Bernie Gridley’s father cared nothing about picnics, even though he was a deacon in the church. The Duchess expected to attend merely to chaperone Bernice. But at the last moment the 8:10 train pulled into the Paris station with Gridley relatives. So the Duchess had to consign Bernice-Theresa to the watchful care of a much harassed and overworked Sunday-school teacher who later had a beau herself. Nathan and the little Gridley girl became babes in the wood. They needed no encouragement to make the most of their opportunity.

It was one of those perfect August days of which young men write sonnets and older men compose symphonies. The sky gave no suggestion of the thunderstorm which was to come at three o’clock, interrupt the ball game, send the picnickers scurrying to cover and leave the world washed afterward in moist and golden glory.

There is small space here for a detailed account of that day’s program, the sports or the luncheon or the minor mishaps or the shower or the return homeward afterward by moonlight. Only a brief record of a tryst which Nathan and I kept with two little girls off in leafy woods.

A path led from the grove over the hill to the northward. Knee-high with vagrant grass, bordered by white birches, poplars and brambles, it wound into the thickest, quietest part of that forest which once stretched from the Paris town line to Center Wickford. We had not been in the grove an hour before Nathan came dodging excitedly through the crowd.

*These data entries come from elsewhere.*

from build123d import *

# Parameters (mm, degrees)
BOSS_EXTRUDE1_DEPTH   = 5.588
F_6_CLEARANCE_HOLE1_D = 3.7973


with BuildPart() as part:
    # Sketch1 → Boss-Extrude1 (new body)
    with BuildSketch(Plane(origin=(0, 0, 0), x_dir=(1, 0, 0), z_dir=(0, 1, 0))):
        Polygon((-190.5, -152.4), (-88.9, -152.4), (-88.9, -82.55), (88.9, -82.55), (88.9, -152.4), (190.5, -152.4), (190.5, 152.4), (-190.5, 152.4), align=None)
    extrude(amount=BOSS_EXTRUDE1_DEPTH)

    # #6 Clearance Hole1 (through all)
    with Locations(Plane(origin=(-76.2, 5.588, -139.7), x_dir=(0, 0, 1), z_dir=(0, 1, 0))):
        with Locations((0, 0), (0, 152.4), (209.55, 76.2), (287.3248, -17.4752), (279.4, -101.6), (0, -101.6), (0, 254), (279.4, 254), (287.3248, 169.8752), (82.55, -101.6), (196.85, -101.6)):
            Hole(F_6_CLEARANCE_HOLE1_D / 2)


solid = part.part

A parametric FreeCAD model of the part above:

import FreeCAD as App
import Part
import Sketcher
Q = App.Units.Quantity


def add_polygon(sketch, points):
    """Adds a closed chain of lines whose ends are joined by coincident constraints."""
    first, n = sketch.GeometryCount, len(points)
    for a, b in zip(points, points[1:] + points[:1]):
        sketch.addGeometry(Part.LineSegment(App.Vector(*a, 0), App.Vector(*b, 0)), False)
    for i in range(n):
        sketch.addConstraint(Sketcher.Constraint("Coincident", first + i, 2, first + (i + 1) % n, 1))

doc = App.newDocument("Part")
body = doc.addObject("PartDesign::Body", "Body")

sketch1 = body.newObject("Sketcher::SketchObject", "Sketch")
sketch1.AttachmentSupport = (doc.getObject("XZ_Plane"), [""])
sketch1.MapMode = "FlatFace"
add_polygon(sketch1, [(-190.5, 152.4), (-88.9, 152.4), (-88.9, 82.55), (88.9, 82.55), (88.9, 152.4), (190.5, 152.4), (190.5, -152.4), (-190.5, -152.4)])
sketch1.addConstraint(Sketcher.Constraint("Horizontal", 0))
sketch1.addConstraint(Sketcher.Constraint("Vertical", 1))
sketch1.addConstraint(Sketcher.Constraint("Horizontal", 2))
sketch1.addConstraint(Sketcher.Constraint("Vertical", 3))
sketch1.addConstraint(Sketcher.Constraint("Horizontal", 4))
sketch1.addConstraint(Sketcher.Constraint("Vertical", 5))
sketch1.addConstraint(Sketcher.Constraint("Horizontal", 6))
sketch1.addConstraint(Sketcher.Constraint("Vertical", 7))
sketch1.addConstraint(Sketcher.Constraint("Symmetric", 4, 2, 6, 2, -1, 1))
sketch1.addConstraint(Sketcher.Constraint("Symmetric", 0, 2, 3, 2, -2))
sketch1.addConstraint(Sketcher.Constraint("DistanceX", 0, 1, 0, 2, Q("4 in")))
sketch1.addConstraint(Sketcher.Constraint("DistanceX", 2, 1, 2, 2, Q("7 in")))
sketch1.addConstraint(Sketcher.Constraint("DistanceY", 5, 2, 5, 1, Q("12 in")))
sketch1.addConstraint(Sketcher.Constraint("DistanceY", 1, 2, 1, 1, Q("2.75 in")))
pad1 = body.newObject("PartDesign::Pad", "Pad")
pad1.Profile = sketch1
pad1.Length = Q("0.22 in")
pad1.Reversed = True

sketch2 = body.newObject("Sketcher::SketchObject", "Sketch001")
sketch2.AttachmentSupport = (doc.getObject("XZ_Plane"), [""])
sketch2.MapMode = "FlatFace"
sketch2.AttachmentOffset = App.Placement(App.Vector(0, 0, -0.22 * 25.4), App.Rotation())
sketch2.addGeometry(Part.Circle(App.Vector(-76.2, -139.7, 0), App.Vector(0, 0, 1), 1.89865), False)
sketch2.addGeometry(Part.Circle(App.Vector(76.2, -139.7, 0), App.Vector(0, 0, 1), 1.89865), False)
sketch2.addGeometry(Part.Circle(App.Vector(0, 69.85, 0), App.Vector(0, 0, 1), 1.89865), False)
sketch2.addGeometry(Part.Circle(App.Vector(-93.6752, 147.6248, 0), App.Vector(0, 0, 1), 1.89865), False)
sketch2.addGeometry(Part.Circle(App.Vector(-177.8, 139.7, 0), App.Vector(0, 0, 1), 1.89865), False)
sketch2.addGeometry(Part.Circle(App.Vector(-177.8, -139.7, 0), App.Vector(0, 0, 1), 1.89865), False)
sketch2.addGeometry(Part.Circle(App.Vector(177.8, -139.7, 0), App.Vector(0, 0, 1), 1.89865), False)
sketch2.addGeometry(Part.Circle(App.Vector(177.8, 139.7, 0), App.Vector(0, 0, 1), 1.89865), False)
sketch2.addGeometry(Part.Circle(App.Vector(93.6752, 147.6248, 0), App.Vector(0, 0, 1), 1.89865), False)
sketch2.addGeometry(Part.Circle(App.Vector(-177.8, -57.15, 0), App.Vector(0, 0, 1), 1.89865), False)
sketch2.addGeometry(Part.Circle(App.Vector(-177.8, 57.15, 0), App.Vector(0, 0, 1), 1.89865), False)
sketch2.addConstraint(Sketcher.Constraint("Equal", 0, 1))
sketch2.addConstraint(Sketcher.Constraint("Equal", 1, 2))
sketch2.addConstraint(Sketcher.Constraint("Equal", 2, 3))
sketch2.addConstraint(Sketcher.Constraint("Equal", 3, 4))
sketch2.addConstraint(Sketcher.Constraint("Equal", 4, 5))
sketch2.addConstraint(Sketcher.Constraint("Equal", 5, 6))
sketch2.addConstraint(Sketcher.Constraint("Equal", 6, 7))
sketch2.addConstraint(Sketcher.Constraint("Equal", 7, 8))
sketch2.addConstraint(Sketcher.Constraint("Equal", 8, 9))
sketch2.addConstraint(Sketcher.Constraint("Equal", 9, 10))
sketch2.addConstraint(Sketcher.Constraint("Symmetric", 4, 3, 6, 3, -1, 1))
sketch2.addConstraint(Sketcher.Constraint("Symmetric", 5, 3, 7, 3, -1, 1))
sketch2.addConstraint(Sketcher.Constraint("Symmetric", 0, 3, 1, 3, -2))
sketch2.addConstraint(Sketcher.Constraint("Symmetric", 5, 3, 6, 3, -2))
sketch2.addConstraint(Sketcher.Constraint("Symmetric", 3, 3, 8, 3, -2))
sketch2.addConstraint(Sketcher.Constraint("Symmetric", 9, 3, 10, 3, -1))
sketch2.addConstraint(Sketcher.Constraint("PointOnObject", 2, 3, -2))
sketch2.addConstraint(Sketcher.Constraint("Horizontal", 1, 3, 5, 3))
sketch2.addConstraint(Sketcher.Constraint("Vertical", 5, 3, 9, 3))
sketch2.addConstraint(Sketcher.Constraint("DistanceX", 0, 3, -1, 1, Q("3 in")))
sketch2.addConstraint(Sketcher.Constraint("DistanceX", 4, 3, -1, 1, Q("7 in")))
sketch2.addConstraint(Sketcher.Constraint("DistanceY", 0, 3, 4, 3, Q("11 in")))
sketch2.addConstraint(Sketcher.Constraint("DistanceY", 9, 3, 2, 3, Q("5 in")))
sketch2.addConstraint(Sketcher.Constraint("Diameter", 0, Q("0.1495 in")))
sketch2.addConstraint(Sketcher.Constraint("DistanceY", 9, 3, 10, 3, Q("4.5 in")))
sketch2.addConstraint(Sketcher.Constraint("DistanceX", 3, 3, -1, 1, Q("3.688 in")))
sketch2.addConstraint(Sketcher.Constraint("DistanceY", -1, 1, 3, 3, Q("5.812 in")))
doc.recompute()
hole = body.newObject("PartDesign::Hole", "Hole")
hole.Profile = sketch2
hole.ThreadType = "None"
hole.Diameter = Q("0.1495 in")
hole.DepthType = "ThroughAll"
hole.Reversed = True

doc.recompute()
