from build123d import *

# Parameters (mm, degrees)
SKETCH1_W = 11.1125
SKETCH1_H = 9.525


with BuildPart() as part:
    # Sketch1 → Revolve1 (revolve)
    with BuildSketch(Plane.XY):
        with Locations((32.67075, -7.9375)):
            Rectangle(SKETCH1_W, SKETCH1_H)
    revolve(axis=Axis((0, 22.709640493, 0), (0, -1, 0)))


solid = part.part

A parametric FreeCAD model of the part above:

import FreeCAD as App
import Part
import Sketcher

V = App.Vector
Q = App.Units.Quantity

doc = App.newDocument("Part")
body = doc.addObject("PartDesign::Body", "Body")

# Sketch on XY plane
sketch1 = doc.addObject("Sketcher::SketchObject", "Sketch")
body.addObject(sketch1)
sketch1.AttachmentSupport = (doc.XY_Plane, [""])
sketch1.MapMode = "FlatFace"
sketch1.addGeometry([
    Part.LineSegment(V(27, -3, 0), V(27, -13, 0)),
    Part.LineSegment(V(27, -13, 0), V(38, -13, 0)),
    Part.LineSegment(V(38, -13, 0), V(38, -3, 0)),
    Part.LineSegment(V(38, -3, 0), V(27, -3, 0)),
], False)
sketch1.addConstraint([
    Sketcher.Constraint("Coincident", 0, 2, 1, 1),
    Sketcher.Constraint("Coincident", 1, 2, 2, 1),
    Sketcher.Constraint("Coincident", 2, 2, 3, 1),
    Sketcher.Constraint("Coincident", 3, 2, 0, 1),
    Sketcher.Constraint("Vertical", 0),
    Sketcher.Constraint("Horizontal", 1),
    Sketcher.Constraint("Vertical", 2),
    Sketcher.Constraint("Horizontal", 3),
    Sketcher.Constraint("DistanceY", 0, 2, -1, 1, Q("0.5 in")),
    Sketcher.Constraint("DistanceX", 1, 1, 1, 2, Q("0.4375 in")),
    Sketcher.Constraint("DistanceY", 0, 2, 0, 1, Q("0.375 in")),
    Sketcher.Constraint("DistanceX", -1, 1, 1, 2, Q("1.505 in")),
])
revolution = doc.addObject("PartDesign::Revolution", "Revolution")
body.addObject(revolution)
revolution.Profile = sketch1
revolution.ReferenceAxis = (sketch1, ["V_Axis"])
revolution.Angle = 360

doc.recompute()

He caught my arm and drew me aside.

“I’ve seen Bernie and Elinore!” he cried feverishly, Bernie being about all the picnic meant for him, anyhow. “Her Ma couldn’t come and she’s all alone. She says let’s go way off up the woods and eat our dinners together, just us four! Oh, gee, Billy, what a chance—what a chance!”

“Chance for what?” I demanded.

My friend was crestfallen.

“Why—why—to just be with ’em all day—and perhaps we can kiss ’em——!” He added this last in a whisper.

“Oh, hake! I got sumpin’ on my mind besides always kissin’ girls. I wanner see the sports and try for a prize!” But he persuaded me.

Nathan carried his luncheon under his arm in a paper. Already it was misshapen and greasy with handling. Some boys had pushed it from his grasp and used it as a football. It consisted of three very fatty doughnuts and some thick slices of soggy, indigestible oatmeal bread with equally indigestible chunks of hard cheese between them. This he proposed to open in front of Bernie. It made me nervous.